A recent ruling by the Supreme Court clarifies who is authorised to determine whether there is a conflict of interest.
This case centred on flash delivery service Getir, an internationally operating company that continued to make losses despite previous financing. The largest financier had by then provided hundreds of millions in credit and made it a condition for further financing that all shares held by Getir in its Turkish operations and other subsidiaries be transferred to the financier in exchange for debt forgiveness. This would have prevented bankruptcy.

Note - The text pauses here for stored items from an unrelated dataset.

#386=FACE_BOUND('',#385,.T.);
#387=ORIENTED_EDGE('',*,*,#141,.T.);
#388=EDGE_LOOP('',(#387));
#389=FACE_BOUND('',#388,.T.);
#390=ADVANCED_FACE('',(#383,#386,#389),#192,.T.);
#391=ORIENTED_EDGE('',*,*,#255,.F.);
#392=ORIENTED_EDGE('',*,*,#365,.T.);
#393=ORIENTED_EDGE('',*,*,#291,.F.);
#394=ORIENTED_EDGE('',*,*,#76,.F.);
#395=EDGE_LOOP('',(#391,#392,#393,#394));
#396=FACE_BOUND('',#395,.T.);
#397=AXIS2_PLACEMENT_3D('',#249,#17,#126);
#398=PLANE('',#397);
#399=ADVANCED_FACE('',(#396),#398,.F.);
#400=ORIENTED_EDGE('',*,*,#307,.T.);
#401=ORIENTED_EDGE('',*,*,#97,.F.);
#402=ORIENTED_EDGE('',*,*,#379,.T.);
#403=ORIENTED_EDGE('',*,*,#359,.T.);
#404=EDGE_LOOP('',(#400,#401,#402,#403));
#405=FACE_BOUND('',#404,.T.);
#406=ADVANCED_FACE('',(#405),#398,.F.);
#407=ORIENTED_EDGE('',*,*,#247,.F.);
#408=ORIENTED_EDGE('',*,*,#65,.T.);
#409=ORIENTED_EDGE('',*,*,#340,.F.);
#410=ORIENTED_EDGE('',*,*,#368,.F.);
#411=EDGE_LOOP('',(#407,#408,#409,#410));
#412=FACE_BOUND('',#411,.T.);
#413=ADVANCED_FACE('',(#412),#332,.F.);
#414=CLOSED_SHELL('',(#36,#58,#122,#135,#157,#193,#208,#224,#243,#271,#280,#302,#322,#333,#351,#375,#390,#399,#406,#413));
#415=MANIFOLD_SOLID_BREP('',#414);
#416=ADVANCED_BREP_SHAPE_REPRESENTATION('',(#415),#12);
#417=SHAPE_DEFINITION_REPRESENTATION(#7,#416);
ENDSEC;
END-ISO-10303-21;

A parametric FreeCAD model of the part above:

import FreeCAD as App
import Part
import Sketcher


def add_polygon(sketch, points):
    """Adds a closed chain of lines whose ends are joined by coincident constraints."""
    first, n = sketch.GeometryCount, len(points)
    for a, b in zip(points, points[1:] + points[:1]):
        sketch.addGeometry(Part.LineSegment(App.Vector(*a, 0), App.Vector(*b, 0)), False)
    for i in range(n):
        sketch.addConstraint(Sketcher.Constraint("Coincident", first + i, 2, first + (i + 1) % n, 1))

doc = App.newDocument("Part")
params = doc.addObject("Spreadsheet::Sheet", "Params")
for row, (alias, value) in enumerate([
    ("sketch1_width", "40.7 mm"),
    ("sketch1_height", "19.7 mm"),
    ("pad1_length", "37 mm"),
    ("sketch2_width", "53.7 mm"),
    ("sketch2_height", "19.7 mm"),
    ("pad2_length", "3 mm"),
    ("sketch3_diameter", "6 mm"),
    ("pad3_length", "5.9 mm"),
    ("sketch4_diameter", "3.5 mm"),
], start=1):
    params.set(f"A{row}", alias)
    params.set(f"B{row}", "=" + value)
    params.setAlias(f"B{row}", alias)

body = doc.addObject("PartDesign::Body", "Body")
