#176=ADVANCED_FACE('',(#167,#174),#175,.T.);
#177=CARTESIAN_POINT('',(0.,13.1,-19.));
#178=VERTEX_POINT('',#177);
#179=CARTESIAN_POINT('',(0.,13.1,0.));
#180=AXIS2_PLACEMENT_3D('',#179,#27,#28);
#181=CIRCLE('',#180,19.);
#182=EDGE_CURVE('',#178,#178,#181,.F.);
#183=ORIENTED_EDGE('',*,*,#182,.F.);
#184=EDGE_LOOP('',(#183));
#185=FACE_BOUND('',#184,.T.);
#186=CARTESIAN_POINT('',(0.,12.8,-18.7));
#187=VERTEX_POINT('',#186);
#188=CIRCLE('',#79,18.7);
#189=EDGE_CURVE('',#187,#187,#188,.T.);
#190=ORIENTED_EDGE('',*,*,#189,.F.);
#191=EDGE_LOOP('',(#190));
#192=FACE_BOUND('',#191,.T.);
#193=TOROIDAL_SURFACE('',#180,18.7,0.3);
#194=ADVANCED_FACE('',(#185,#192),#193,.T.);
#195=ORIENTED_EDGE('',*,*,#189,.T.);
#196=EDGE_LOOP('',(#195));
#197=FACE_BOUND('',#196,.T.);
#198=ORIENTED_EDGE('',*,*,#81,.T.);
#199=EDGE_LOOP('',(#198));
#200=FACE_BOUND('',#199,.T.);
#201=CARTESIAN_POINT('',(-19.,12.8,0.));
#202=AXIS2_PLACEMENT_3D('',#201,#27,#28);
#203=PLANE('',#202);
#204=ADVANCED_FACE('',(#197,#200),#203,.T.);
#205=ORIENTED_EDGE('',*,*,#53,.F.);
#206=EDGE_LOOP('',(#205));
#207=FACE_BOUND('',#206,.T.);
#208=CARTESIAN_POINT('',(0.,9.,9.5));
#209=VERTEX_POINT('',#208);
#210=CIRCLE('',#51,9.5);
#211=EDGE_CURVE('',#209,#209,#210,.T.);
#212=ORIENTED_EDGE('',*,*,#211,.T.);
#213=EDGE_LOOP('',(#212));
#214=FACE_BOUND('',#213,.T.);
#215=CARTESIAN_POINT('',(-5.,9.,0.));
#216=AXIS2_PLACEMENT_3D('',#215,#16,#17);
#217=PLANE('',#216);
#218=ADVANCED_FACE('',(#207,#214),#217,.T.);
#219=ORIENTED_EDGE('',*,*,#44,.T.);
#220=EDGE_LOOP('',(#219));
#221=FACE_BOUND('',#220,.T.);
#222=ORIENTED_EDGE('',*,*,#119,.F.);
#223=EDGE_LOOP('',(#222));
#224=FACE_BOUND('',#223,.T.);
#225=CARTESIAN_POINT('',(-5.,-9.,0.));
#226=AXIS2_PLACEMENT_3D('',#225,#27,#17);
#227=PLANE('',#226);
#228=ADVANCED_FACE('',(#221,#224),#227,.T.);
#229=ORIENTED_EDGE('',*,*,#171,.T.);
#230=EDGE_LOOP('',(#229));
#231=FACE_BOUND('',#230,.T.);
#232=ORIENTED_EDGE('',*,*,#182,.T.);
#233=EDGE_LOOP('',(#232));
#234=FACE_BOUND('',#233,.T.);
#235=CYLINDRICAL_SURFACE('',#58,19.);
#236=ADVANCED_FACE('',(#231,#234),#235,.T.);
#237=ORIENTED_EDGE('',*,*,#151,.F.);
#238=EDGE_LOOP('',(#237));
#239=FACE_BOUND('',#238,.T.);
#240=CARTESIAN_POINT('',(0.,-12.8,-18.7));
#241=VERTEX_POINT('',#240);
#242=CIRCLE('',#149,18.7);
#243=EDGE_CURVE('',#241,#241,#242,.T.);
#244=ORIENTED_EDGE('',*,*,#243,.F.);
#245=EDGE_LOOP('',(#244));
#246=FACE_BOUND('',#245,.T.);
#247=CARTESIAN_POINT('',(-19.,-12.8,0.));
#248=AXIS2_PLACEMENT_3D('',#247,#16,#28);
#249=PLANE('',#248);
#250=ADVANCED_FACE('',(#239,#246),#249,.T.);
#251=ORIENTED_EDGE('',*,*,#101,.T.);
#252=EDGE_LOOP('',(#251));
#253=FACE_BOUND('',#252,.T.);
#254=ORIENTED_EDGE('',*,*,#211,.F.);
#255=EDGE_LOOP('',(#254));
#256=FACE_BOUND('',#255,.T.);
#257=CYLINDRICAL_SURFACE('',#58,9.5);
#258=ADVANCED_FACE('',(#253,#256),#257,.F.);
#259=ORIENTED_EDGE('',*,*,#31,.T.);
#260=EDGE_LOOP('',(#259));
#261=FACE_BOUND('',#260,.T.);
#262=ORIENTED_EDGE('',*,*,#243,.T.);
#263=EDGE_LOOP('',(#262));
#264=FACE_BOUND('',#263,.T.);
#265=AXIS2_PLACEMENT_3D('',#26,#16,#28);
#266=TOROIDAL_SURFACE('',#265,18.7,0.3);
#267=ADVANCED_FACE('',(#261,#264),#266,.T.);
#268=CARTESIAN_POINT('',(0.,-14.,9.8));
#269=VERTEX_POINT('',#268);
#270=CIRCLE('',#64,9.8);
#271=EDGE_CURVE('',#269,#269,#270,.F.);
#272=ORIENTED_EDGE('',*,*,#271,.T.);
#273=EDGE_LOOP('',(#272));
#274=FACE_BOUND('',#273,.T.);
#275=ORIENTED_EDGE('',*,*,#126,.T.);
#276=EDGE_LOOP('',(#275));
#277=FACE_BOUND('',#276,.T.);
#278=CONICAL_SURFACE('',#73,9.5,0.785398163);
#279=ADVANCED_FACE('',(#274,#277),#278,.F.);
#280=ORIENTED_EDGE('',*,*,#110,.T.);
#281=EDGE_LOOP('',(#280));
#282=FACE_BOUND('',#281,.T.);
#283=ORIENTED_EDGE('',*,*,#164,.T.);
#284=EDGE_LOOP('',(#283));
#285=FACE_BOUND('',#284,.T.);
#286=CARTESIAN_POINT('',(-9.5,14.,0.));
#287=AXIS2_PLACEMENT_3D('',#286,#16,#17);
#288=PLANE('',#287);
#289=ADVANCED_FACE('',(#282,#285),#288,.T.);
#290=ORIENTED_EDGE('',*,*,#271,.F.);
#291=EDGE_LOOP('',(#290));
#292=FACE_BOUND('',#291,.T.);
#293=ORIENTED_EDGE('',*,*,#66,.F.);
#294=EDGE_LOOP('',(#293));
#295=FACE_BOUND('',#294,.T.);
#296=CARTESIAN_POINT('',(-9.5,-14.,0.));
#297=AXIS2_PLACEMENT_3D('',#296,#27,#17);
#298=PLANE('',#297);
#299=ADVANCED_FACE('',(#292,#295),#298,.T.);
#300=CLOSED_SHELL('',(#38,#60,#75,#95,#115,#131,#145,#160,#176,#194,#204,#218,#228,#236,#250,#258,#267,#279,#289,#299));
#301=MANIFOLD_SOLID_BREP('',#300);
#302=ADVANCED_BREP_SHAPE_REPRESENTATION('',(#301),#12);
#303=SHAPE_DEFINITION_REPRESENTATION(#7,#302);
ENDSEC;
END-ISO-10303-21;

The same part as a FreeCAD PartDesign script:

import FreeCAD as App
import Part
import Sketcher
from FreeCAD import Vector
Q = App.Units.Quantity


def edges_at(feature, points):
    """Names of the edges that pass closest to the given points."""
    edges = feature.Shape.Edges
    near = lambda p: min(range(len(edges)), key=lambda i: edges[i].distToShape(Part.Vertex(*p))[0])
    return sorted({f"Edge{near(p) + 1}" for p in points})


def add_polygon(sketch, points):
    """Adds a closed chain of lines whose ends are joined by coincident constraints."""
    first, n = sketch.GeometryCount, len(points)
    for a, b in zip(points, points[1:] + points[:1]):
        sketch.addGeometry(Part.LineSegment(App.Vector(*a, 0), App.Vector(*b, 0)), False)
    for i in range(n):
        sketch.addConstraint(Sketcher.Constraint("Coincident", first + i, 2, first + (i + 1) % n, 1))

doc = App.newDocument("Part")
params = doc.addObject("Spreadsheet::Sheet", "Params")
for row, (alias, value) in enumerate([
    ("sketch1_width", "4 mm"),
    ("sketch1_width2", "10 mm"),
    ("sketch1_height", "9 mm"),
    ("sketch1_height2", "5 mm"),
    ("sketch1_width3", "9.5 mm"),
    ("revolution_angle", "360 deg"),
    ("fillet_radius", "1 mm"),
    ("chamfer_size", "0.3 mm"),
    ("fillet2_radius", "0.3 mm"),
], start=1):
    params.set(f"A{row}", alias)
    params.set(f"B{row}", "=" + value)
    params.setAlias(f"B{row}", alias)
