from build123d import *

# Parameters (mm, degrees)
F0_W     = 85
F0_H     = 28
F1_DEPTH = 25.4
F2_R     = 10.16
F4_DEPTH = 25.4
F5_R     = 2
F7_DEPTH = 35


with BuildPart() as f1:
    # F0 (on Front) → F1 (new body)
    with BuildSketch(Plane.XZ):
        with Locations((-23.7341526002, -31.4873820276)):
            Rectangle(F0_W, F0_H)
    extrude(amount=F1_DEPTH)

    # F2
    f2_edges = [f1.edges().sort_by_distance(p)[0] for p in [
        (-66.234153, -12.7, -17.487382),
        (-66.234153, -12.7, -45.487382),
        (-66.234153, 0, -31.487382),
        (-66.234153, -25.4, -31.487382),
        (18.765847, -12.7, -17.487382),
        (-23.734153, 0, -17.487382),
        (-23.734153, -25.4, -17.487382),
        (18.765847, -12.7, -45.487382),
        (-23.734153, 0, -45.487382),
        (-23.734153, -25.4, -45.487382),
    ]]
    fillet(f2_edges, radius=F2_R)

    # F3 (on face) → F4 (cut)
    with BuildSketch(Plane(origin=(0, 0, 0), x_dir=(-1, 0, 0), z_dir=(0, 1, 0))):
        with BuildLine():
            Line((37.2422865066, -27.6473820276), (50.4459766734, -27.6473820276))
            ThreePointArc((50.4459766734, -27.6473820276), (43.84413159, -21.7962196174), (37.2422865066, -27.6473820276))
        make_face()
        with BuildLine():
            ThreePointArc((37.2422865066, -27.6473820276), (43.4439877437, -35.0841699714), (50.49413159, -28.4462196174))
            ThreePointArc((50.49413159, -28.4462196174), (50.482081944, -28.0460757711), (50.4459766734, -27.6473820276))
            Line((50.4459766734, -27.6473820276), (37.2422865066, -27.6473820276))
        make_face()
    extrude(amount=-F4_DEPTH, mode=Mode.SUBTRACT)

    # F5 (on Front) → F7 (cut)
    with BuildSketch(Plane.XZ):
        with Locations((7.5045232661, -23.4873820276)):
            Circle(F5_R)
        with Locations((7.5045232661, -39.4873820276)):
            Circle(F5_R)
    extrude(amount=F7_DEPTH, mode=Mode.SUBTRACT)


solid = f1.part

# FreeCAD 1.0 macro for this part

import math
import FreeCAD as App
import Part
import Sketcher

V = App.Vector
Q = App.Units.Quantity


def edges_at(feature, points):
    """Names of the edges that pass closest to the given points."""
    edges = feature.Shape.Edges
    near = lambda p: min(range(len(edges)), key=lambda i: edges[i].distToShape(Part.Vertex(*p))[0])
    return sorted({f"Edge{near(p) + 1}" for p in points})

doc = App.newDocument("Part")
body = doc.addObject("PartDesign::Body", "Body")

# Sketch on XZ plane
sketch1 = body.newObject("Sketcher::SketchObject", "Sketch")
sketch1.AttachmentSupport = (doc.getObject("XZ_Plane"), [""])
sketch1.MapMode = "FlatFace"
sketch1.addGeometry([
    Part.LineSegment(V(-66.234153, -17.487382, 0), V(-66.234153, -45.487382, 0)),
    Part.LineSegment(V(-66.234153, -45.487382, 0), V(18.765847, -45.487382, 0)),
    Part.LineSegment(V(18.765847, -45.487382, 0), V(18.765847, -17.487382, 0)),
    Part.LineSegment(V(18.765847, -17.487382, 0), V(-66.234153, -17.487382, 0)),
], False)
sketch1.addConstraint([
    Sketcher.Constraint("Coincident", 0, 2, 1, 1),
    Sketcher.Constraint("Coincident", 1, 2, 2, 1),
    Sketcher.Constraint("Coincident", 2, 2, 3, 1),
    Sketcher.Constraint("Coincident", 3, 2, 0, 1),
    Sketcher.Constraint("Vertical", 0),
    Sketcher.Constraint("Horizontal", 1),
    Sketcher.Constraint("Vertical", 2),
    Sketcher.Constraint("Horizontal", 3),
    Sketcher.Constraint("DistanceX", 1, 1, 1, 2, Q("85 mm")),
    Sketcher.Constraint("DistanceY", 0, 2, 0, 1, Q("28 mm")),
    Sketcher.Constraint("DistanceX", 0, 2, -1, 1, Q("66.234153 mm")),
    Sketcher.Constraint("DistanceY", 0, 2, -1, 1, Q("45.487382 mm")),
])
pad1 = body.newObject("PartDesign::Pad", "Pad")
pad1.Profile = sketch1
pad1.Length = 25.4
doc.recompute()

fillet = body.newObject("PartDesign::Fillet", "Fillet")
fillet.Base = (pad1, edges_at(pad1, [
    (-66.234, -12.7, -17.487),
    (-66.234, -12.7, -45.487),
    (-66.234, 0, -31.487),
    (-66.234, -25.4, -31.487),
    (18.766, -12.7, -17.487),
    (-23.734, 0, -17.487),
    (-23.734, -25.4, -17.487),
    (18.766, -12.7, -45.487),
    (-23.734, 0, -45.487),
    (-23.734, -25.4, -45.487),
]))
fillet.Radius = 10.16

# Sketch on XZ plane
sketch2 = body.newObject("Sketcher::SketchObject", "Sketch001")
sketch2.AttachmentSupport = (doc.getObject("XZ_Plane"), [""])
sketch2.MapMode = "FlatFace"
sketch2.addGeometry([
    Part.ArcOfCircle(Part.Circle(V(-43.844132, -28.44622, 0), V(0, 0, 1), 6.65), math.radians(6.899372), math.radians(173.100628)),
    Part.ArcOfCircle(Part.Circle(V(-43.844132, -28.44622, 0), V(0, 0, 1), 6.65), math.radians(180), math.radians(366.899372)),
    Part.ArcOfCircle(Part.Circle(V(-43.844132, -28.44622, 0), V(0, 0, 1), 6.65), math.radians(173.100628), math.radians(180)),
], False)
sketch2.addConstraint([
    Sketcher.Constraint("Tangent", 0, 1, 1, 2),
    Sketcher.Constraint("Tangent", 1, 1, 2, 2),
    Sketcher.Constraint("Tangent", 2, 1, 0, 2),
    Sketcher.Constraint("Horizontal", 2, 3, 1, 1),
    Sketcher.Constraint("Horizontal", 0, 1, 2, 1),
    Sketcher.Constraint("Radius", 0, Q("6.65 mm")),
    Sketcher.Constraint("DistanceX", 0, 3, -1, 1, Q("43.844132 mm")),
    Sketcher.Constraint("DistanceY", 0, 3, -1, 1, Q("28.44622 mm")),
    Sketcher.Constraint("DistanceX", 2, 1, 0, 1, Q("13.20369 mm")),
])
pocket1 = body.newObject("PartDesign::Pocket", "Pocket")
pocket1.Profile = sketch2
pocket1.Length = 25.4
pocket1.Reversed = True

# Sketch on XZ plane
sketch3 = body.newObject("Sketcher::SketchObject", "Sketch002")
sketch3.AttachmentSupport = (doc.getObject("XZ_Plane"), [""])
sketch3.MapMode = "FlatFace"
sketch3.addGeometry([
    Part.Circle(V(7.504523, -23.487382, 0), V(0, 0, 1), 2),
    Part.Circle(V(7.504523, -39.487382, 0), V(0, 0, 1), 2),
], False)
sketch3.addConstraint([
    Sketcher.Constraint("Equal", 0, 1),
    Sketcher.Constraint("Vertical", 0, 3, 1, 3),
    Sketcher.Constraint("Diameter", 0, Q("4 mm")),
    Sketcher.Constraint("DistanceY", 1, 3, 0, 3, Q("16 mm")),
    Sketcher.Constraint("DistanceX", -1, 1, 0, 3, Q("7.504523 mm")),
    Sketcher.Constraint("DistanceY", 0, 3, -1, 1, Q("23.487382 mm")),
])
pocket2 = body.newObject("PartDesign::Pocket", "Pocket001")
pocket2.Profile = sketch3
pocket2.Length = 35
pocket2.Reversed = True

doc.recompute()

The company’s founders, who were also non-executive directors, did not wish to agree to this. They had previously made arrangements regarding a different restructuring of the group, from which they themselves could derive rights. Accepting the financier’s proposal would have definitively thwarted those agreements. Consequently, they had a personal interest in rejecting the transaction, an interest that was at odds with what the company might have needed to avoid bankruptcy. The executive directors therefore took the relevant decisions on the matter without them. The founders challenged this before the Enterprise Chamber and subsequently before the Supreme Court.
The central question in the judgment is: who decides whether a director has a conflict of interest: the director concerned himself, or his fellow directors?
The Supreme Court is clear: it is not for the director concerned to judge this himself. In the event of a difference of opinion, it is for the other directors to decide whether the director concerned should be excluded from the deliberations and decision-making due to a conflict of interest. Once they have reached that conclusion, they must also ensure that the director concerned is actually excluded.
However, the director concerned does have an active duty to disclose: he must exercise the greatest possible transparency and make his potential conflict of interest known to his fellow directors. But if he has failed to do so, this does not alter the other directors’ power to intervene at a later stage.
If there is a conflict of interest, the other directors take the decision. If they are unable to do so because they too have a conflict of interest, or if there are no other directors, decision-making shifts to the supervisory board. If there is no supervisory board, or if the supervisory board members also have a conflict of interest, the general meeting of shareholders must take the decision, unless the articles of association provide otherwise.
The rules on conflicts of interest are primarily aimed at internal relations within the company. The aim is to ensure careful and ethical decision-making, not to protect the interests of third parties. A decision in which a director with a conflict of interest was involved is therefore not automatically invalid vis-à-vis third parties, whether they have suffered a disadvantage as a result of the decision or have, on the contrary, benefited from it. The consequences are mainly internal.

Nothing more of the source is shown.